Harry Thomason, the Arkansas-born film and television producer best known as creator of the 1980s sitcom Designing Women, is coming to Eureka Springs to spin a yarn on stage at Brews during the Aug. 7 rendition of “Homegrown Tales.”
Thomason will be featured in a special “Front Porch” edition followed by a book signing of his “Brother Dog: Southern Tales and Hollywood Adventures.” While here, he will be staying at the Evening Shade Inn, owned by Shira and Shawn Fouste.
For those too young to remember, “Evening Shade” is another popular TV sitcom created by Thomason’s wife, Linda Bloodworth Thomason, and set in Evening Shade, Arkansas.
Every other month for the better part of five years, co-producers Zeek Taylor and Sandra Spotts have shared tales of their Arkansas upbringings and have invited others to join them.
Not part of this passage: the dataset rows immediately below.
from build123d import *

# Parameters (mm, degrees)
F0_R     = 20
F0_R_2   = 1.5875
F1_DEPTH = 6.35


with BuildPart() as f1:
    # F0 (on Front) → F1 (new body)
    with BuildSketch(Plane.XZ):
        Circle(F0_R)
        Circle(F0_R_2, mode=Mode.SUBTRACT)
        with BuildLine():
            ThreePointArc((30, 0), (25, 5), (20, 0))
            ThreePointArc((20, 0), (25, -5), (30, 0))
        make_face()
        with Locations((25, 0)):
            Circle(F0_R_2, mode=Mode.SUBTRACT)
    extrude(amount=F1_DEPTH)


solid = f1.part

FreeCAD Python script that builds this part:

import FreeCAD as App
import Part
import Sketcher
from FreeCAD import Vector
Q = App.Units.Quantity

doc = App.newDocument("Part")
body = doc.addObject("PartDesign::Body", "Body")
body.AllowCompound = True

sketch1 = body.newObject("Sketcher::SketchObject", "Sketch")
sketch1.AttachmentSupport = (doc.getObject("XZ_Plane"), [""])
sketch1.MapMode = "FlatFace"
sketch1.addGeometry([
    Part.Circle(Vector(0, 0, 0), Vector(0, 0, 1), 20),
    Part.Circle(Vector(0, 0, 0), Vector(0, 0, 1), 1.6),
    Part.Circle(Vector(25, 0, 0), Vector(0, 0, 1), 5),
    Part.Circle(Vector(25, 0, 0), Vector(0, 0, 1), 1.6),
], False)
sketch1.addConstraint([
    Sketcher.Constraint("Coincident", 0, 3, -1, 1),
    Sketcher.Constraint("Coincident", 1, 3, -1, 1),
    Sketcher.Constraint("Coincident", 3, 3, 2, 3),
    Sketcher.Constraint("Equal", 1, 3),
    Sketcher.Constraint("PointOnObject", 2, 3, -1),
    Sketcher.Constraint("Diameter", 0, Q("40 mm")),
    Sketcher.Constraint("Diameter", 2, Q("10 mm")),
    Sketcher.Constraint("Diameter", 1, Q("3.175 mm")),
    Sketcher.Constraint("DistanceX", -1, 1, 2, 3, Q("25 mm")),
])
pad1 = body.newObject("PartDesign::Pad", "Pad")
pad1.Profile = sketch1
pad1.Length = 6.35

doc.recompute()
Both have appeared on National Public Radio’s “Tales from the South,” the model for the local “Tales.”
The evening usually draws a house full of listeners, including some tourists. The stories live in infamy on Facebook through recordings by Keith Parnell of Eureka’s KFresh Productions.
On the night of June 5, Taylor and Spotts were joined by Brews co-operator John Rankine and DZ Rife of Bentonville for four very unique personal stories.
Rankine, co-proprietor of Brews and a former journalist, told a story about landing a starring role in a play in his 20s in his native Canada. The 1982 play was deemed “Brussels Sprouts,” set in Brussels, Belgium.
“It became my first for many things,” Rankine said. “It was my first starring role in a dramatic play, my first time learning and memorizing pages and pages of dialogue, and my first and only time I was naked on stage.”
His character, Ernie, was one of only three in the two-act play, which involved a love triangle among the players. At the time, Rankine said he was openly gay to his friends but still closeted to family and the theater.
“But I don’t think I was fooling anyone,” he added.
Near the end of the play, the plot got spicy, with all characters in various stages of undress. The performance was in an empty upstairs loft that seated 100 people. “This would be considered off, off, off Broadway,” Rankine quipped.
Still, they filled most of the seats for the show’s 10-night run. Closing night was Oct. 31.
“In hindsight, we should have been prepared that something strange might occur that evening,” he added.
During the end of the play, the cast noticed that a large crowd had gathered outside below the loft, patrons spilling into the street from two gay bars notorious for their Halloween antics.
“The event always attracted locals and curious tourists who came out to gawk at the pageantry,” Rankine said.
As the end of the play drew near, they heard a commotion coming from the back. As Rankine stood on stage in his underwear, eight uniformed policemen busted in the back door. From the street outside below, the view of the loft’s windows with stage lighting looked like a big television screen, Rankine said. It would be easy to misconstrue what was going on inside.
“I’m not sure who was stunned the most — me, my castmates, the audience or the cops themselves,” he said. “The play obviously stopped, and I think the cops knew right away this was not the wild orgy they so rambunctiously wanted to bust.”
Rankine said no one had noticed that the press was there, and on that night’s 11 p.m. news was footage of the police storming up the stairs toward the play.
Afterward, there was a call to extend the play, which did not happen, and Rankine considered “Brussels Sprouts” to be the end of his acting career.